For the specific implementation process of the modules 301 to 303, reference may be made to the corresponding content disclosed in the foregoing embodiments, and details are not repeated here.
On the basis of the foregoing embodiment, as a preferred implementation, the distributed storage system parameter adjustment apparatus provided in the embodiment of the present application may further include:
and the model updating module is used for recording the actual internal state data and the target parameters as latest training parameters so as to update the neural network model by using the latest training parameters.
The present application further provides an electronic device, and as shown in fig. 4, an electronic device provided in an embodiment of the present application includes:
a memory 100 for storing a computer program;
the processor 200, when executing the computer program, may implement the steps provided by the above embodiments.
Specifically, the memory 100 includes a nonvolatile storage medium and an internal memory. The non-volatile storage medium stores an operating system and computer-readable instructions, and the internal memory provides an environment for the operating system and the computer-readable instructions in the non-volatile storage medium to run. The processor 200 may be a Central Processing Unit (CPU), a controller, a microcontroller, a microprocessor or other data Processing chip in some embodiments, and provides computing and controlling capability for the electronic device, and when executing the computer program stored in the memory 100, the method for adjusting parameters of the distributed storage system disclosed in any of the foregoing embodiments may be implemented.
On the basis of the above embodiment, as a preferred implementation, referring to fig. 5, the electronic device further includes:
and an input interface 300 connected to the processor 200, for acquiring computer programs, parameters and instructions imported from the outside, and storing the computer programs, parameters and instructions into the memory 100 under the control of the processor 200. The input interface 300 may be connected to an input device for receiving parameters or instructions manually input by a user.

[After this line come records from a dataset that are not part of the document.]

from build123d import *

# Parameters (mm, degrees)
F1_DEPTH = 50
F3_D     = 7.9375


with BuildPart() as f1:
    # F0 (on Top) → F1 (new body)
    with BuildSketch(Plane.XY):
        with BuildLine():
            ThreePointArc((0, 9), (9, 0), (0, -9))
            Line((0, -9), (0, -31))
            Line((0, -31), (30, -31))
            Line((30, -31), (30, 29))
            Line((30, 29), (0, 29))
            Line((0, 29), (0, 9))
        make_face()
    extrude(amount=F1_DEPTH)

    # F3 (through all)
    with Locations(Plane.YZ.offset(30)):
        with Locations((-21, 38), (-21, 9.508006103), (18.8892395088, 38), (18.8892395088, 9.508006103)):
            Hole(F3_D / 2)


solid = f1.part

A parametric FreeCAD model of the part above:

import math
import FreeCAD as App
import Part
import Sketcher

doc = App.newDocument("Part")
body = doc.addObject("PartDesign::Body", "Body")

sketch1 = doc.addObject("Sketcher::SketchObject", "Sketch")
body.addObject(sketch1)
sketch1.AttachmentSupport = (doc.XY_Plane, [""])
sketch1.MapMode = "FlatFace"
sketch1.addGeometry(Part.ArcOfCircle(Part.Circle(App.Vector(0, 0, 0), App.Vector(0, 0, 1), 9), math.radians(-90), math.radians(90)), False)
sketch1.addGeometry(Part.LineSegment(App.Vector(0, -9, 0), App.Vector(0, -31, 0)), False)
sketch1.addGeometry(Part.LineSegment(App.Vector(0, -31, 0), App.Vector(30, -31, 0)), False)
sketch1.addGeometry(Part.LineSegment(App.Vector(30, -31, 0), App.Vector(30, 29, 0)), False)
sketch1.addGeometry(Part.LineSegment(App.Vector(30, 29, 0), App.Vector(0, 29, 0)), False)
sketch1.addGeometry(Part.LineSegment(App.Vector(0, 29, 0), App.Vector(0, 9, 0)), False)
sketch1.addConstraint(Sketcher.Constraint("Coincident", 0, 1, 1, 1))
sketch1.addConstraint(Sketcher.Constraint("Coincident", 1, 2, 2, 1))
sketch1.addConstraint(Sketcher.Constraint("Coincident", 2, 2, 3, 1))
sketch1.addConstraint(Sketcher.Constraint("Coincident", 3, 2, 4, 1))
sketch1.addConstraint(Sketcher.Constraint("Coincident", 4, 2, 5, 1))
sketch1.addConstraint(Sketcher.Constraint("Coincident", 5, 2, 0, 2))
sketch1.addConstraint(Sketcher.Constraint("Vertical", 1))
sketch1.addConstraint(Sketcher.Constraint("Horizontal", 2))
sketch1.addConstraint(Sketcher.Constraint("Vertical", 3))
sketch1.addConstraint(Sketcher.Constraint("Horizontal", 4))
sketch1.addConstraint(Sketcher.Constraint("Vertical", 5))
sketch1.addConstraint(Sketcher.Constraint("Coincident", 0, 3, -1, 1))
sketch1.addConstraint(Sketcher.Constraint("PointOnObject", 0, 1, -2))
sketch1.addConstraint(Sketcher.Constraint("PointOnObject", 4, 2, -2))
sketch1.addConstraint(Sketcher.Constraint("Radius", 0, 9.0))
sketch1.addConstraint(Sketcher.Constraint("DistanceX", 2, 1, 2, 2, 30.0))
sketch1.addConstraint(Sketcher.Constraint("DistanceY", 1, 2, 1, 1, 22.0))
sketch1.addConstraint(Sketcher.Constraint("DistanceY", 3, 1, 3, 2, 60.0))
pad1 = doc.addObject("PartDesign::Pad", "Pad")
body.addObject(pad1)
pad1.Profile = sketch1
pad1.Length = 50

sketch2 = doc.addObject("Sketcher::SketchObject", "Sketch001")
body.addObject(sketch2)
sketch2.AttachmentSupport = (doc.YZ_Plane, [""])
sketch2.MapMode = "FlatFace"
sketch2.AttachmentOffset = App.Placement(App.Vector(0, 0, 30), App.Rotation())
sketch2.addGeometry(Part.Circle(App.Vector(-21, 38, 0), App.Vector(0, 0, 1), 4), False)
sketch2.addGeometry(Part.Circle(App.Vector(-21, 9.5, 0), App.Vector(0, 0, 1), 4), False)
sketch2.addGeometry(Part.Circle(App.Vector(18.9, 38, 0), App.Vector(0, 0, 1), 4), False)
sketch2.addGeometry(Part.Circle(App.Vector(18.9, 9.5, 0), App.Vector(0, 0, 1), 4), False)
sketch2.addConstraint(Sketcher.Constraint("Equal", 0, 1))
sketch2.addConstraint(Sketcher.Constraint("Equal", 1, 2))
sketch2.addConstraint(Sketcher.Constraint("Equal", 2, 3))
sketch2.addConstraint(Sketcher.Constraint("Horizontal", 0, 3, 2, 3))
sketch2.addConstraint(Sketcher.Constraint("Horizontal", 1, 3, 3, 3))
sketch2.addConstraint(Sketcher.Constraint("Vertical", 0, 3, 1, 3))
sketch2.addConstraint(Sketcher.Constraint("Vertical", 2, 3, 3, 3))
sketch2.addConstraint(Sketcher.Constraint("DistanceX", 0, 3, -1, 1, 21.0))
sketch2.addConstraint(Sketcher.Constraint("DistanceY", -1, 1, 0, 3, 38.0))
sketch2.addConstraint(Sketcher.Constraint("Diameter", 0, 7.9375))
sketch2.addConstraint(Sketcher.Constraint("DistanceX", -1, 1, 2, 3, 18.88924))
sketch2.addConstraint(Sketcher.Constraint("DistanceY", -1, 1, 1, 3, 9.508006))
doc.recompute()
hole = doc.addObject("PartDesign::Hole", "Hole")
body.addObject(hole)
hole.Profile = sketch2
hole.ThreadType = "None"
hole.Diameter = 7.9375
hole.DepthType = "ThroughAll"

doc.recompute()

The input device may be a touch layer covered on a display screen, or a button, a track ball or a touch pad arranged on a terminal shell, or a keyboard, a touch pad or a mouse, etc.
And a display unit 400 connected to the processor 200 for displaying data processed by the processor 200 and for displaying a visualized user interface. The display unit 400 may be an LED display, a liquid crystal display, a touch-sensitive liquid crystal display, an OLED (Organic Light-Emitting Diode) touch panel, or the like.

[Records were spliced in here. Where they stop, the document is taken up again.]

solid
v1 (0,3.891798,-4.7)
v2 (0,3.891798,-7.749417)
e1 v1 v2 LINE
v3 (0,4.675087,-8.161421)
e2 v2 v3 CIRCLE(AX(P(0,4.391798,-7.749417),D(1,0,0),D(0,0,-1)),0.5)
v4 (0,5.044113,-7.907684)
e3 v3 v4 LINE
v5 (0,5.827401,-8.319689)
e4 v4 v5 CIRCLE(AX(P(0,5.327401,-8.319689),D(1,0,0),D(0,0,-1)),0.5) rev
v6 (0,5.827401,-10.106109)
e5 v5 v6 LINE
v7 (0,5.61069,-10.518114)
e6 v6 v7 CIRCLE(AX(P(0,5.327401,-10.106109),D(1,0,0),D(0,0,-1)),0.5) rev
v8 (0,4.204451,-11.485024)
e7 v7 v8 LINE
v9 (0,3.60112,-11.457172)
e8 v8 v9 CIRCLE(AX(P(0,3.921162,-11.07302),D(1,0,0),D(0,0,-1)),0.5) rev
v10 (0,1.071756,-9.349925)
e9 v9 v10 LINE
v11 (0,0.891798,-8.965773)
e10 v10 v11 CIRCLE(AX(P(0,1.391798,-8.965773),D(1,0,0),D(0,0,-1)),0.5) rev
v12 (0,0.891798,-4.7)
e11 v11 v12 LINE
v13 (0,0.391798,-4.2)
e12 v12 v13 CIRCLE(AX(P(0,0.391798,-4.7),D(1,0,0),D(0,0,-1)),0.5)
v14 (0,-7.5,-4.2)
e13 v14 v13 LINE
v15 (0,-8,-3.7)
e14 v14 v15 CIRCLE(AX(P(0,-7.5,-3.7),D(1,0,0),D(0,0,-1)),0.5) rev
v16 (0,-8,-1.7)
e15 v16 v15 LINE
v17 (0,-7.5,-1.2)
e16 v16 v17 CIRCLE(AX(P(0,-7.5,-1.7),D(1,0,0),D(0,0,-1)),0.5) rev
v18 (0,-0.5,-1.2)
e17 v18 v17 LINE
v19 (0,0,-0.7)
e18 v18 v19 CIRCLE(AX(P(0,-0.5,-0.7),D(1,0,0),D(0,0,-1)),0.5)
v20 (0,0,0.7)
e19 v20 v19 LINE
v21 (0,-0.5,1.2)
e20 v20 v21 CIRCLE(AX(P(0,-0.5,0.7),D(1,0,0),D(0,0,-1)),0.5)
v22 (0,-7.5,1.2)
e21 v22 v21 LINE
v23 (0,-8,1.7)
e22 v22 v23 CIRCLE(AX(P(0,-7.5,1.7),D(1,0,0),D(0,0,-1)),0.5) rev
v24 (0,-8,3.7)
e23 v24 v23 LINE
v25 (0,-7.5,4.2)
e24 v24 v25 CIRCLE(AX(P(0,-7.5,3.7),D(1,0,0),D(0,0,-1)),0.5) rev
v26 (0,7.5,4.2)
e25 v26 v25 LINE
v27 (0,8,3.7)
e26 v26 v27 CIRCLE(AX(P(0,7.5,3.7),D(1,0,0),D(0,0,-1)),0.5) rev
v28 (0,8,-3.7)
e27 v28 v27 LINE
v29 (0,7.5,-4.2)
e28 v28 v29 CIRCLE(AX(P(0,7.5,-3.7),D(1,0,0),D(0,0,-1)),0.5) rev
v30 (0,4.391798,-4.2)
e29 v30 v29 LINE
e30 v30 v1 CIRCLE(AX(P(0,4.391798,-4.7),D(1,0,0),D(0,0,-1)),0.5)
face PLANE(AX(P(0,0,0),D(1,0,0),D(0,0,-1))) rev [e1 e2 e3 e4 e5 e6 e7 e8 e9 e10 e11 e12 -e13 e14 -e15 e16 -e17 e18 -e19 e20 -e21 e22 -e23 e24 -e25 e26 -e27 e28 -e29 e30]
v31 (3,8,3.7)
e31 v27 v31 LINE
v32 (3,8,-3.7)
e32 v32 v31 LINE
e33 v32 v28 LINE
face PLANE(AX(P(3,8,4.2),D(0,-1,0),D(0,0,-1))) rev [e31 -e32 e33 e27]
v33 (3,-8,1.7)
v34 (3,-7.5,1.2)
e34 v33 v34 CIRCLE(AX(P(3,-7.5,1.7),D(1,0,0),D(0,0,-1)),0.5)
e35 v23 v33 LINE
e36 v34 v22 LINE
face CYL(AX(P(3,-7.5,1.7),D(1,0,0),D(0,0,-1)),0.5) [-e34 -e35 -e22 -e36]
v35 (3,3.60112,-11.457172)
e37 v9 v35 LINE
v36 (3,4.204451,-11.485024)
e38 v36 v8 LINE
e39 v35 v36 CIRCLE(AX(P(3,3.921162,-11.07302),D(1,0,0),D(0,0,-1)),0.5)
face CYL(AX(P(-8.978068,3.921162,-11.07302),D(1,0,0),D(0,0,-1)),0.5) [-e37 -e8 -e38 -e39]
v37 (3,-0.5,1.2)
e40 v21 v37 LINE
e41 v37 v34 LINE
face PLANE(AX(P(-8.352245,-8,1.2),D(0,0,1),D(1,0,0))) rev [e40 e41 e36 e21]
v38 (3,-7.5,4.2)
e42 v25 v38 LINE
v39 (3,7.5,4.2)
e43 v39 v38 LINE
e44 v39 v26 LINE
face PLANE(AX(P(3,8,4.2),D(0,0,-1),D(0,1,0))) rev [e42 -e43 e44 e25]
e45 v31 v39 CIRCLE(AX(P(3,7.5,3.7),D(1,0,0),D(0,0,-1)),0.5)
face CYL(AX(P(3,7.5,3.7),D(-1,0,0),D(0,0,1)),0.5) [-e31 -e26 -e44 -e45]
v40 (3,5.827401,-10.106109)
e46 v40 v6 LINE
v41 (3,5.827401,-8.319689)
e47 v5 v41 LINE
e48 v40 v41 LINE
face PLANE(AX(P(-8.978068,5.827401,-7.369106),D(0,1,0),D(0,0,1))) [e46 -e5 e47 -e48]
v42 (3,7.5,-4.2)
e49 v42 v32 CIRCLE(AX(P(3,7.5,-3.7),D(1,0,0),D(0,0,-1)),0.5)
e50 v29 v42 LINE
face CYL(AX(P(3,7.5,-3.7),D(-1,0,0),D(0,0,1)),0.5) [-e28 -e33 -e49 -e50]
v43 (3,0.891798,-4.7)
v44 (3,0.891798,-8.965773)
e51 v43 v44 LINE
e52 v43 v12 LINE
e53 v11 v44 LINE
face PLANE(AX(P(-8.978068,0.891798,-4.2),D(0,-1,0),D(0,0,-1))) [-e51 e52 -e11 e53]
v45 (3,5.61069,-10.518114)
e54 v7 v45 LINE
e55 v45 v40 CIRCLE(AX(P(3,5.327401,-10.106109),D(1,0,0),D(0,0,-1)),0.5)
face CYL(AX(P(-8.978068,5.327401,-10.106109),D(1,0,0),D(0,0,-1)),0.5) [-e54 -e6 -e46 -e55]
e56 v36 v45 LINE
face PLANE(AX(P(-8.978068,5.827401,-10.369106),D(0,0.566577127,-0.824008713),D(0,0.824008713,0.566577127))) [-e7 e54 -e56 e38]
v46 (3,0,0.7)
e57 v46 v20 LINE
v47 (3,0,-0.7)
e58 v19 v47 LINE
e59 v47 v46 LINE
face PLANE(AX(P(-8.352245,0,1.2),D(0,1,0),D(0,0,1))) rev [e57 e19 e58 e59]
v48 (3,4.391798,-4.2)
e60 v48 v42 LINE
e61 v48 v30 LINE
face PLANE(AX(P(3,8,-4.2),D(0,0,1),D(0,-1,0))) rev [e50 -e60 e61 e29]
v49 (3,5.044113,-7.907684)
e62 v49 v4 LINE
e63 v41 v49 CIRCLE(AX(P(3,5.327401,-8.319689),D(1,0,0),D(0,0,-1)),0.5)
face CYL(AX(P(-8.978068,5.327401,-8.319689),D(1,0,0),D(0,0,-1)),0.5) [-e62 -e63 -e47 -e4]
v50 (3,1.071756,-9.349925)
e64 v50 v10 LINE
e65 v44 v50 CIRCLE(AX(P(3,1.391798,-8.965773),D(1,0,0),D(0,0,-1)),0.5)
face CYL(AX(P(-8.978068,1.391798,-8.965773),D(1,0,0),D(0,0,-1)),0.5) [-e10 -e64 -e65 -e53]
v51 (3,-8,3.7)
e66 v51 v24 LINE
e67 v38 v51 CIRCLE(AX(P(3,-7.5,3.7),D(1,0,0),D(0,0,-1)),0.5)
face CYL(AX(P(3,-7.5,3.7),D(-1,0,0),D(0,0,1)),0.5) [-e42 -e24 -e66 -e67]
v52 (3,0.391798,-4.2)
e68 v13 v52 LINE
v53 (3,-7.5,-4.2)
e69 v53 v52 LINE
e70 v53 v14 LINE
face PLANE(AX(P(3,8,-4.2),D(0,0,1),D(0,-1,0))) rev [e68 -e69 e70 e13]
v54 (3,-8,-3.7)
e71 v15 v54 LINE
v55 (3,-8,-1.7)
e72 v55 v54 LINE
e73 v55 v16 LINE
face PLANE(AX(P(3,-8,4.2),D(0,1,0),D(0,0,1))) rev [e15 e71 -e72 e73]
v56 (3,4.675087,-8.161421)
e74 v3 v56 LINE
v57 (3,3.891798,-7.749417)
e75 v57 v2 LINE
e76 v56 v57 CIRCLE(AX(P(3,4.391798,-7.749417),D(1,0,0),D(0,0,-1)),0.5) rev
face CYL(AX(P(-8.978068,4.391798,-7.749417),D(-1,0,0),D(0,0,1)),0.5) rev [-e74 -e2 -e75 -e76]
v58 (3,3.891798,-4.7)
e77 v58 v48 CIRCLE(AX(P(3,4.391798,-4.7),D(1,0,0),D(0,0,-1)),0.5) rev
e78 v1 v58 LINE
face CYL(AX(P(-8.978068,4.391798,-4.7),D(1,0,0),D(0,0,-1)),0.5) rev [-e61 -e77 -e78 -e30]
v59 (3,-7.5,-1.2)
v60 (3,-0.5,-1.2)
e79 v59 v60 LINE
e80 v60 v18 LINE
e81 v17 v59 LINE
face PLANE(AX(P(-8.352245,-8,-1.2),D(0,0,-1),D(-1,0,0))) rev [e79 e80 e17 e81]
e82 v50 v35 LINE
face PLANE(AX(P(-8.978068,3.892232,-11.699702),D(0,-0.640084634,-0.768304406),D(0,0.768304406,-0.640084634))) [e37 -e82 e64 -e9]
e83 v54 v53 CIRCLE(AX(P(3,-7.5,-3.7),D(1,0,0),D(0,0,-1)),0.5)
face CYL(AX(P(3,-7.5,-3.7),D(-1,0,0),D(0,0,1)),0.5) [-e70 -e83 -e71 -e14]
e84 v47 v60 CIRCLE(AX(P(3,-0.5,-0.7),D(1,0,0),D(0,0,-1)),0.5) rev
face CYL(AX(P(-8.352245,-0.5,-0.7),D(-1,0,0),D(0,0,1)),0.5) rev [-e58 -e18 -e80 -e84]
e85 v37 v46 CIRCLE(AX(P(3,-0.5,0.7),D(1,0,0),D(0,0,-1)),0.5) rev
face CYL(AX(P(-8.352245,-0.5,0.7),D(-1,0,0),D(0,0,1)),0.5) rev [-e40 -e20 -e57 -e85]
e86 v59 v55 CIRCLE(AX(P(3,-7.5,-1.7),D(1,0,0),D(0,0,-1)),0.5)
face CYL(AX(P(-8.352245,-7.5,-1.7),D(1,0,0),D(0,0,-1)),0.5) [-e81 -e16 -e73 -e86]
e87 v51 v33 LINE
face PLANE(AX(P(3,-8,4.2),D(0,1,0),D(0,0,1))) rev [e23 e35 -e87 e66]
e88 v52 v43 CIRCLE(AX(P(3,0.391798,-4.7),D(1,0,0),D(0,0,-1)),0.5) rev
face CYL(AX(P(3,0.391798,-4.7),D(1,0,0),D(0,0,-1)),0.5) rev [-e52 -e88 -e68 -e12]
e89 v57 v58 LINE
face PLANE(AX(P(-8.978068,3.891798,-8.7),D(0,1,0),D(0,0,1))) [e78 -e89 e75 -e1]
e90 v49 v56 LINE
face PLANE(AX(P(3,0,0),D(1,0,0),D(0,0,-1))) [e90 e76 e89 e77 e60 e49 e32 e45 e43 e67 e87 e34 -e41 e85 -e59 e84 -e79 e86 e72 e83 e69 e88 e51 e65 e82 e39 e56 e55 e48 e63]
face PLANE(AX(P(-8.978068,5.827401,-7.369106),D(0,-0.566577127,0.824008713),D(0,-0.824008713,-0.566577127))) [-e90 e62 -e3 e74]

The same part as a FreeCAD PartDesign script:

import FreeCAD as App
import Part
import Sketcher

V = App.Vector
Q = App.Units.Quantity


def edges_at(feature, points):
    """Names of the edges that pass closest to the given points."""
    edges = feature.Shape.Edges
    near = lambda p: min(range(len(edges)), key=lambda i: edges[i].distToShape(Part.Vertex(*p))[0])
    return sorted({f"Edge{near(p) + 1}" for p in points})

doc = App.newDocument("Part")
body = doc.addObject("PartDesign::Body", "Body")

sketch1 = body.newObject("Sketcher::SketchObject", "Sketch")
sketch1.AttachmentSupport = (doc.getObject("YZ_Plane"), [""])
sketch1.MapMode = "FlatFace"
sketch1.addGeometry([
    Part.LineSegment(V(8, 4, 0), V(-8, 4, 0)),
    Part.LineSegment(V(-8, 4, 0), V(-8, -4, 0)),
    Part.LineSegment(V(-8, -4, 0), V(8, -4, 0)),
    Part.LineSegment(V(8, -4, 0), V(8, 4, 0)),
], False)
sketch1.addConstraint([
    Sketcher.Constraint("Coincident", 0, 2, 1, 1),
    Sketcher.Constraint("Coincident", 1, 2, 2, 1),
    Sketcher.Constraint("Coincident", 2, 2, 3, 1),
    Sketcher.Constraint("Coincident", 3, 2, 0, 1),
    Sketcher.Constraint("Horizontal", 0),
    Sketcher.Constraint("Vertical", 1),
    Sketcher.Constraint("Horizontal", 2),
    Sketcher.Constraint("Vertical", 3),
    Sketcher.Constraint("Symmetric", 0, 2, 2, 2, -1, 1),
    Sketcher.Constraint("DistanceX", 0, 2, 0, 1, Q("16 mm")),
    Sketcher.Constraint("DistanceY", 1, 2, 1, 1, Q("8.4 mm")),
])
pad1 = body.newObject("PartDesign::Pad", "Pad")
pad1.Profile = sketch1
pad1.Length = 3

sketch2 = body.newObject("Sketcher::SketchObject", "Sketch001")
sketch2.AttachmentSupport = (doc.getObject("YZ_Plane"), [""])
sketch2.MapMode = "FlatFace"
sketch2.AttachmentOffset = App.Placement(V(0, 0, 3), App.Rotation())
sketch2.addGeometry([
    Part.LineSegment(V(0, 1.2, 0), V(-8, 1.2, 0)),
    Part.LineSegment(V(-8, 1.2, 0), V(-8, -1.2, 0)),
    Part.LineSegment(V(-8, -1.2, 0), V(0, -1.2, 0)),
    Part.LineSegment(V(0, -1.2, 0), V(0, 1.2, 0)),
], False)
sketch2.addConstraint([
    Sketcher.Constraint("Coincident", 0, 2, 1, 1),
    Sketcher.Constraint("Coincident", 1, 2, 2, 1),
    Sketcher.Constraint("Coincident", 2, 2, 3, 1),
    Sketcher.Constraint("Coincident", 3, 2, 0, 1),
    Sketcher.Constraint("Horizontal", 0),
    Sketcher.Constraint("Vertical", 1),
    Sketcher.Constraint("Horizontal", 2),
    Sketcher.Constraint("Vertical", 3),
    Sketcher.Constraint("Symmetric", 2, 2, 3, 2, -1, 1),
    Sketcher.Constraint("DistanceX", 0, 2, 0, 1, Q("8 mm")),
    Sketcher.Constraint("DistanceY", 1, 2, 1, 1, Q("2.4 mm")),
])
pocket1 = body.newObject("PartDesign::Pocket", "Pocket")
pocket1.Profile = sketch2
pocket1.Length = 3

sketch3 = body.newObject("Sketcher::SketchObject", "Sketch002")
sketch3.AttachmentSupport = (doc.getObject("YZ_Plane"), [""])
sketch3.MapMode = "FlatFace"
sketch3.AttachmentOffset = App.Placement(V(0, 0, 3), App.Rotation())
sketch3.addGeometry([
    Part.LineSegment(V(3.9, -4.2, 0), V(0.9, -4.2, 0)),
    Part.LineSegment(V(0.9, -4.2, 0), V(0.9, -9.2, 0)),
    Part.LineSegment(V(0.9, -9.2, 0), V(3.9, -11.7, 0)),
    Part.LineSegment(V(3.9, -11.7, 0), V(5.8, -10.4, 0)),
    Part.LineSegment(V(5.8, -10.4, 0), V(5.8, -7.4, 0)),
    Part.LineSegment(V(5.8, -7.4, 0), V(3.9, -8.7, 0)),
    Part.LineSegment(V(3.9, -8.7, 0), V(3.9, -4.2, 0)),
], False)
sketch3.addConstraint([
    Sketcher.Constraint("Coincident", 0, 2, 1, 1),
    Sketcher.Constraint("Coincident", 1, 2, 2, 1),
    Sketcher.Constraint("Coincident", 2, 2, 3, 1),
    Sketcher.Constraint("Coincident", 3, 2, 4, 1),
    Sketcher.Constraint("Coincident", 4, 2, 5, 1),
    Sketcher.Constraint("Coincident", 5, 2, 6, 1),
    Sketcher.Constraint("Coincident", 6, 2, 0, 1),
    Sketcher.Constraint("Horizontal", 0),
    Sketcher.Constraint("Vertical", 1),
    Sketcher.Constraint("Vertical", 4),
    Sketcher.Constraint("Vertical", 6),
    Sketcher.Constraint("Parallel", 3, 5),
    Sketcher.Constraint("Equal", 0, 4),
    Sketcher.Constraint("DistanceX", 0, 2, 0, 1, Q("3 mm")),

And a network port 500 connected to the processor 200 for performing communication connection with each external terminal device. The communication technology adopted by the communication connection can be a wired communication technology or a wireless communication technology, such as a mobile high definition link (MHL) technology, a Universal Serial Bus (USB), a High Definition Multimedia Interface (HDMI), a wireless fidelity (WiFi), a bluetooth communication technology, a low power consumption bluetooth communication technology, an ieee802.11 s-based communication technology, and the like.
While FIG. 5 shows only an electronic device having the assembly 100 and 500, those skilled in the art will appreciate that the configuration shown in FIG. 5 does not constitute a limitation of the electronic device, and may include fewer or more components than shown, or some components may be combined, or a different arrangement of components.
The present application also provides a computer-readable storage medium, which may include: various media capable of storing program codes, such as a usb disk, a removable hard disk, a Read-Only Memory (ROM), a Random Access Memory (RAM), a magnetic disk, or an optical disk. The storage medium stores thereon a computer program, and the computer program is executed by a processor to implement the method for adjusting parameters of a distributed storage system disclosed in any of the foregoing embodiments.
According to the method and the device, a neural network model for evaluating the time delay of the client can be created in advance, when the actual parameters need to be adjusted, the actual internal state data of the current storage cluster can be obtained, the target parameters which can enable the output value of the neural network model to be the maximum can be searched based on the created neural network model, the larger the output value is, the smaller the time delay of the client is represented, therefore, the target parameters which enable the time delay of the client to be smaller can be obtained to adjust the storage cluster, the optimal parameters can be automatically obtained, manual parameter adjustment is not needed, the labor cost is reduced, and automatic adjustment of the storage cluster is achieved.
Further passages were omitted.